__About this exercise__: Look below for the line containing "#160=ORIENTED_EDGE('',*,*,#159,.F.);"; from there, print each line exactly up to and including the line containing "#179=ORIENTED_EDGE('',*,*,#61,.T.);", and stop.

__Data extracted from a collection__:
========================================
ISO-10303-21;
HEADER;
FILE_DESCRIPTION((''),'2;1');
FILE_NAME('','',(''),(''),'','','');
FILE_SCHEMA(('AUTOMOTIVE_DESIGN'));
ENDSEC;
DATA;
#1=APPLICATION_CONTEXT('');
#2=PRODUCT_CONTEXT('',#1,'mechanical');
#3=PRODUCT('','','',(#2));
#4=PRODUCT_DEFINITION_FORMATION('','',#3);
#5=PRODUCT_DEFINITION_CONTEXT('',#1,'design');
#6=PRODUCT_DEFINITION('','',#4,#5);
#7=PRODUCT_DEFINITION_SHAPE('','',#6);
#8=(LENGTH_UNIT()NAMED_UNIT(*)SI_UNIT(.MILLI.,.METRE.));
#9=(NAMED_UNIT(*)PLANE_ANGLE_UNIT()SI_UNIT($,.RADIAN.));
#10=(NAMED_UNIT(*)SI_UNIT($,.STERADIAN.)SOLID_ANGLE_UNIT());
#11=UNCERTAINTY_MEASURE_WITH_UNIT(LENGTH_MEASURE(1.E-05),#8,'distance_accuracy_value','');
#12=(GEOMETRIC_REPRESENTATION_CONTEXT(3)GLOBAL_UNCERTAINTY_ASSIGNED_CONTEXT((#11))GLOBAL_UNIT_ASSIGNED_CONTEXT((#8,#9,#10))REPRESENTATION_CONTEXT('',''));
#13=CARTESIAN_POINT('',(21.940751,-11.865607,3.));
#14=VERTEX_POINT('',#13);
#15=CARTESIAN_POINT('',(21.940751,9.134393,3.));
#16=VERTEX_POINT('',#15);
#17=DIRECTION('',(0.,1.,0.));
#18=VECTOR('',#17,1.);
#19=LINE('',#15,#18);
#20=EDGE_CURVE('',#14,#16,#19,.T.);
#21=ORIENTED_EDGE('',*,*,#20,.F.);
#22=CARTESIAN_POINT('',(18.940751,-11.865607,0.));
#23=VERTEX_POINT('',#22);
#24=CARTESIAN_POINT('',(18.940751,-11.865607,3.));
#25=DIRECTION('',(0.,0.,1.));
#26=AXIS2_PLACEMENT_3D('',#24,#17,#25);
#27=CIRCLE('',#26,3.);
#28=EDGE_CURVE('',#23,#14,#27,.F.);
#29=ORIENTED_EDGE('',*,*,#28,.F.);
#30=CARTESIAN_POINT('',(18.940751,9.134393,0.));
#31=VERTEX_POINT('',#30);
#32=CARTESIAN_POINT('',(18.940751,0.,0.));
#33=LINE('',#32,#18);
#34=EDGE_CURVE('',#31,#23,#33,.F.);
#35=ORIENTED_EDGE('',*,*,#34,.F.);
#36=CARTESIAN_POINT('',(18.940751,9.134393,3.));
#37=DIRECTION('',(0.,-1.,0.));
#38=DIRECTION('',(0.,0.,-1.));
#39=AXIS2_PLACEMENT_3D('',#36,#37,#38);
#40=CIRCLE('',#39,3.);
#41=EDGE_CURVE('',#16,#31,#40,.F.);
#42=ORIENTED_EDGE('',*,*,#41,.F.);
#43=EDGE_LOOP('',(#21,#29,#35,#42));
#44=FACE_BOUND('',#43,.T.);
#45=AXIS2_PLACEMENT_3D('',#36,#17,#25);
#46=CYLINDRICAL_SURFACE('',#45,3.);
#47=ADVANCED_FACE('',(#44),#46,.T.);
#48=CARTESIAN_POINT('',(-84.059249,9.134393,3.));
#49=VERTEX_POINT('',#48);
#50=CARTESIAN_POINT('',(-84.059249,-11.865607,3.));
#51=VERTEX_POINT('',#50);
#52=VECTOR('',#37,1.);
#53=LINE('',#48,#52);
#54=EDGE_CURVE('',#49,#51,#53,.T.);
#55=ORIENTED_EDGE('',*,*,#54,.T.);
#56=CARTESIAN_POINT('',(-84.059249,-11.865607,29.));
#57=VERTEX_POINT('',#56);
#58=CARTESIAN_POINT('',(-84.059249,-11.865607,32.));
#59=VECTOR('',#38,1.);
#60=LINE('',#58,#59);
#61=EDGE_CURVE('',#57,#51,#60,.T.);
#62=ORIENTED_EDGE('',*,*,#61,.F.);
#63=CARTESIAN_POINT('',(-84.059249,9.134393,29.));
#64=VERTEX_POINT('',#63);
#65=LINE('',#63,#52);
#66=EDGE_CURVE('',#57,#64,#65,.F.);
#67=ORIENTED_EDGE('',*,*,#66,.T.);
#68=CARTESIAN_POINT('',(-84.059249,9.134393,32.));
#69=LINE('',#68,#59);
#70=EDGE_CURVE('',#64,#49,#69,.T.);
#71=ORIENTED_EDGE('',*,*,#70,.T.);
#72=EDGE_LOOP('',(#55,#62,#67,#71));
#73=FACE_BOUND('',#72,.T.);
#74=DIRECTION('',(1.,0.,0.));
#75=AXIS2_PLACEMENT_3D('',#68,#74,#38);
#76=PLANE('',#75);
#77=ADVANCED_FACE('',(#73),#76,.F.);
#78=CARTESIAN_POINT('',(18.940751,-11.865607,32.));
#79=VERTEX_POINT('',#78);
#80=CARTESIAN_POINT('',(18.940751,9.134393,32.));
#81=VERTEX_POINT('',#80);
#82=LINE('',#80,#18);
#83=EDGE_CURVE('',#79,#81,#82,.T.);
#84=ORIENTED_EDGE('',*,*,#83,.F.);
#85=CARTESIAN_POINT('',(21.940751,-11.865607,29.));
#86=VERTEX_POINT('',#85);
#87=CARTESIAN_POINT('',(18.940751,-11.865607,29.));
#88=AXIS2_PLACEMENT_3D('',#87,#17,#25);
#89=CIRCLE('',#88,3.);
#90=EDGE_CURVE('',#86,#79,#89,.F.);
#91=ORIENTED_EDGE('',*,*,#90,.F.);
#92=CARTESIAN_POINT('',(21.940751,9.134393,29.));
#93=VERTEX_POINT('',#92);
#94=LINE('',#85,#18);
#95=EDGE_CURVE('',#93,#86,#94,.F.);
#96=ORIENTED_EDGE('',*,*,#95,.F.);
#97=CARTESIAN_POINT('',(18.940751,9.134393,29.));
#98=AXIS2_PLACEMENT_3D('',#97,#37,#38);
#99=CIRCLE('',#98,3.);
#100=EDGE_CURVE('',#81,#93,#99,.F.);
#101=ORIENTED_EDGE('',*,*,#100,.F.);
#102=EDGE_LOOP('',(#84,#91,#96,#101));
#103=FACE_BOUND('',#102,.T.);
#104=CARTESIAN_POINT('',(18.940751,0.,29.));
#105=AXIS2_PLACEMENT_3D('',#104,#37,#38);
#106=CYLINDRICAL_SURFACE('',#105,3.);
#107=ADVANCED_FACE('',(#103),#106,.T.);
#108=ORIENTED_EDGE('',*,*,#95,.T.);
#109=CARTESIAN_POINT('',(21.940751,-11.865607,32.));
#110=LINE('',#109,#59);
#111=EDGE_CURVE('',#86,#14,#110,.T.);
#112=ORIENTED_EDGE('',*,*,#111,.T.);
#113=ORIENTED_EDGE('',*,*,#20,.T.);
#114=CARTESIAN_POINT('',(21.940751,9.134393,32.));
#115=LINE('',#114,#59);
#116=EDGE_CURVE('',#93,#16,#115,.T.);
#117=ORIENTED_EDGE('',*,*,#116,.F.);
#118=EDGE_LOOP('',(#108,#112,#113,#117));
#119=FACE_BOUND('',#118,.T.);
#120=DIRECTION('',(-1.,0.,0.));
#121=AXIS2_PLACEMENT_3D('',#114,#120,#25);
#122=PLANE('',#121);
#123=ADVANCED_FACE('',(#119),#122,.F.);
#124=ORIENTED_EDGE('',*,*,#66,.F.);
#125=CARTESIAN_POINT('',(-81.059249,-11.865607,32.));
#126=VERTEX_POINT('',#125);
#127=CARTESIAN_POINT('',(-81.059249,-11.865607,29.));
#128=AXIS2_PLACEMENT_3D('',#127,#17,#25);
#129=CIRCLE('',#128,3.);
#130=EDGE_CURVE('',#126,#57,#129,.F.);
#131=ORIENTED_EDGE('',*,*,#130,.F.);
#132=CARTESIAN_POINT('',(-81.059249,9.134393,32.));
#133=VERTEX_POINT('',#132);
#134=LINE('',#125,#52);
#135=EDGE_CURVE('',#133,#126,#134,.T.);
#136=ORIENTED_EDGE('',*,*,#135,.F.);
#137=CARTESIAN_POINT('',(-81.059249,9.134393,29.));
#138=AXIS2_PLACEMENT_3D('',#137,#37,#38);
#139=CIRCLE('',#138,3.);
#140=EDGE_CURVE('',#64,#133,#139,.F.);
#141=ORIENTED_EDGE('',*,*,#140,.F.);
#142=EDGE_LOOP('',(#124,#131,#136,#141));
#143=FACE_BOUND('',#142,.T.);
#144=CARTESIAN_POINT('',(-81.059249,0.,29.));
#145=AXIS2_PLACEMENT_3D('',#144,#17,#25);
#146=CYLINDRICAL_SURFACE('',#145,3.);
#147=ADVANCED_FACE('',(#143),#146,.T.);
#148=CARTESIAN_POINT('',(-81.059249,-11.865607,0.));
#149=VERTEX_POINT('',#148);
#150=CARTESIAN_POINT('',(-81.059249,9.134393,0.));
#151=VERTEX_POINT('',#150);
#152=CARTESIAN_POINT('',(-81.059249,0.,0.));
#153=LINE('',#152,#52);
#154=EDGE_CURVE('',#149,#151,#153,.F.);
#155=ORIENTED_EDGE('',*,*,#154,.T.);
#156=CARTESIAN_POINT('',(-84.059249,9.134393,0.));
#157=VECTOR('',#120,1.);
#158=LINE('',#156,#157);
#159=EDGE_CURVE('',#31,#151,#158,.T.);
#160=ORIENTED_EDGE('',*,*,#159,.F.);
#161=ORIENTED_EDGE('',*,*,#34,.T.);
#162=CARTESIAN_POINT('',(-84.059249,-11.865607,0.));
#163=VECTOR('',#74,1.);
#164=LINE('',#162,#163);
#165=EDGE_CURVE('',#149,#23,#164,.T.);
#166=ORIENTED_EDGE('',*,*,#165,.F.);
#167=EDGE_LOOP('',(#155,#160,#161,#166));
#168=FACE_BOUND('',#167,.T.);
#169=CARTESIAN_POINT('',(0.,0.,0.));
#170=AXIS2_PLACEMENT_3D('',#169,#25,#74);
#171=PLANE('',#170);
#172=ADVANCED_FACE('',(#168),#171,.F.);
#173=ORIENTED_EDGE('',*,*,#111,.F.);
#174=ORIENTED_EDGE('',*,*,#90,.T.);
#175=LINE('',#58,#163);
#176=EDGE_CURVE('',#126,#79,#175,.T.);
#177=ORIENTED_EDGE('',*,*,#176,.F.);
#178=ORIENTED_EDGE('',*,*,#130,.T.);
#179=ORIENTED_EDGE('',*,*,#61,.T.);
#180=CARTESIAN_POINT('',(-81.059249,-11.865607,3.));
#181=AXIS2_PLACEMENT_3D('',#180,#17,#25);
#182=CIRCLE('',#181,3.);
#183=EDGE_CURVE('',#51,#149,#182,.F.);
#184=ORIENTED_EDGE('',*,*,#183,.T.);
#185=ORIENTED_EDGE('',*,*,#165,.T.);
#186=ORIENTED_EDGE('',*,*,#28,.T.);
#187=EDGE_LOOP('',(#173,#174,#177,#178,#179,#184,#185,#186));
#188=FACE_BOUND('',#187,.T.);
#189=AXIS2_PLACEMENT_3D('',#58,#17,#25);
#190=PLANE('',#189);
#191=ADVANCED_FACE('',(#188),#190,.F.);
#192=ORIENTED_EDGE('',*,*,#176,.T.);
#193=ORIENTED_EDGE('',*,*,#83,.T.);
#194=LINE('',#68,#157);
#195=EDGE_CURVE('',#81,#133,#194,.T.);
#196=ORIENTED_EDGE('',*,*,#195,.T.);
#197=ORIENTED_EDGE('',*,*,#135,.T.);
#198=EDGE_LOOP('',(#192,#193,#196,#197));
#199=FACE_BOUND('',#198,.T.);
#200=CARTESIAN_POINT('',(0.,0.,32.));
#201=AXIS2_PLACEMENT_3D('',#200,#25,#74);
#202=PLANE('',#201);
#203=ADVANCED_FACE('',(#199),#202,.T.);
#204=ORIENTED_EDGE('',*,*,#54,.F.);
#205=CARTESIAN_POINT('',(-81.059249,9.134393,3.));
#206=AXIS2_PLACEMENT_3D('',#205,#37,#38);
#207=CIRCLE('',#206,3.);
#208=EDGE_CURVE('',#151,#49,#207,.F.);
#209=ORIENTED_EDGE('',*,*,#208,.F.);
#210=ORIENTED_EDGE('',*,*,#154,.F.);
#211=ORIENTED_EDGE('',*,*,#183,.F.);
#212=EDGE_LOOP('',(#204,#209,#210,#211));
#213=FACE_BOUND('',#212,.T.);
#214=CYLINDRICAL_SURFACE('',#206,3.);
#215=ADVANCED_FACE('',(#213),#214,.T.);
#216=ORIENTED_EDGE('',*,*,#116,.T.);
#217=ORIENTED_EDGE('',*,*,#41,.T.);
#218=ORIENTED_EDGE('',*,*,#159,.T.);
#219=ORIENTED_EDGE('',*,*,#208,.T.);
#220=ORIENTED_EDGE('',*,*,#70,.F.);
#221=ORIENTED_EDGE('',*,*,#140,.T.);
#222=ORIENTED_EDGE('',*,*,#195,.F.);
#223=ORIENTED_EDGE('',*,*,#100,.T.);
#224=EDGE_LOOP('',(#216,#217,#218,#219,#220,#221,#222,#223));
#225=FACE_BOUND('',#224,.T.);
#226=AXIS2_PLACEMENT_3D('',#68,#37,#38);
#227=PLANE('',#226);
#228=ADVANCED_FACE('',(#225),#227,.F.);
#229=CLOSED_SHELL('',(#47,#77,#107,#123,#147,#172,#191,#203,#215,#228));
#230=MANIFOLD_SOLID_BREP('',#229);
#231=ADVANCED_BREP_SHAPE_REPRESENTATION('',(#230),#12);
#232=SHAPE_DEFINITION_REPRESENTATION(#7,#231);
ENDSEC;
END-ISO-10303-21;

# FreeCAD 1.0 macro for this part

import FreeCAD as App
import Part
import Sketcher

V = App.Vector
Q = App.Units.Quantity


def edges_at(feature, points):
    """Names of the edges that pass closest to the given points."""
    edges = feature.Shape.Edges
    near = lambda p: min(range(len(edges)), key=lambda i: edges[i].distToShape(Part.Vertex(*p))[0])
    return sorted({f"Edge{near(p) + 1}" for p in points})


def add_polygon(sketch, points):
    """Adds a closed chain of lines whose ends are joined by coincident constraints."""
    first, n = sketch.GeometryCount, len(points)
    for a, b in zip(points, points[1:] + points[:1]):
        sketch.addGeometry(Part.LineSegment(App.Vector(*a, 0), App.Vector(*b, 0)), False)
    for i in range(n):
        sketch.addConstraint(Sketcher.Constraint("Coincident", first + i, 2, first + (i + 1) % n, 1))

doc = App.newDocument("Part")
body = doc.addObject("PartDesign::Body", "Body")

# Sketch on XY plane
sketch1 = body.newObject("Sketcher::SketchObject", "Sketch")
sketch1.AttachmentSupport = (doc.getObject("XY_Plane"), [""])
sketch1.MapMode = "FlatFace"
add_polygon(sketch1, [(-84, 9), (-84, -12), (22, -12), (22, 9)])  # lines 0-3
sketch1.addConstraint(Sketcher.Constraint("Vertical", 0))
sketch1.addConstraint(Sketcher.Constraint("Horizontal", 1))
sketch1.addConstraint(Sketcher.Constraint("Vertical", 2))
sketch1.addConstraint(Sketcher.Constraint("Horizontal", 3))
sketch1.addConstraint(Sketcher.Constraint("DistanceX", 1, 1, 1, 2, Q("106 mm")))
sketch1.addConstraint(Sketcher.Constraint("DistanceY", 0, 2, 0, 1, Q("21 mm")))
sketch1.addConstraint(Sketcher.Constraint("DistanceX", 0, 2, -1, 1, Q("84.059249 mm")))
sketch1.addConstraint(Sketcher.Constraint("DistanceY", 0, 2, -1, 1, Q("11.865607 mm")))
pad1 = body.newObject("PartDesign::Pad", "Pad")
pad1.Profile = sketch1
pad1.Length = 32
doc.recompute()

fillet = body.newObject("PartDesign::Fillet", "Fillet")
fillet.Base = (pad1, edges_at(pad1, [
    (21.941, -1.366, 32),
    (-84.059, -1.366, 32),
    (21.941, -1.366, 0),
    (-84.059, -1.366, 0),
]))
fillet.Radius = 3

doc.recompute()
========================================
__Task answer__:
#160=ORIENTED_EDGE('',*,*,#159,.F.);
#161=ORIENTED_EDGE('',*,*,#34,.T.);
#162=CARTESIAN_POINT('',(-84.059249,-11.865607,0.));
#163=VECTOR('',#74,1.);
#164=LINE('',#162,#163);
#165=EDGE_CURVE('',#149,#23,#164,.T.);
#166=ORIENTED_EDGE('',*,*,#165,.F.);
#167=EDGE_LOOP('',(#155,#160,#161,#166));
#168=FACE_BOUND('',#167,.T.);
#169=CARTESIAN_POINT('',(0.,0.,0.));
#170=AXIS2_PLACEMENT_3D('',#169,#25,#74);
#171=PLANE('',#170);
#172=ADVANCED_FACE('',(#168),#171,.F.);
#173=ORIENTED_EDGE('',*,*,#111,.F.);
#174=ORIENTED_EDGE('',*,*,#90,.T.);
#175=LINE('',#58,#163);
#176=EDGE_CURVE('',#126,#79,#175,.T.);
#177=ORIENTED_EDGE('',*,*,#176,.F.);
#178=ORIENTED_EDGE('',*,*,#130,.T.);
#179=ORIENTED_EDGE('',*,*,#61,.T.);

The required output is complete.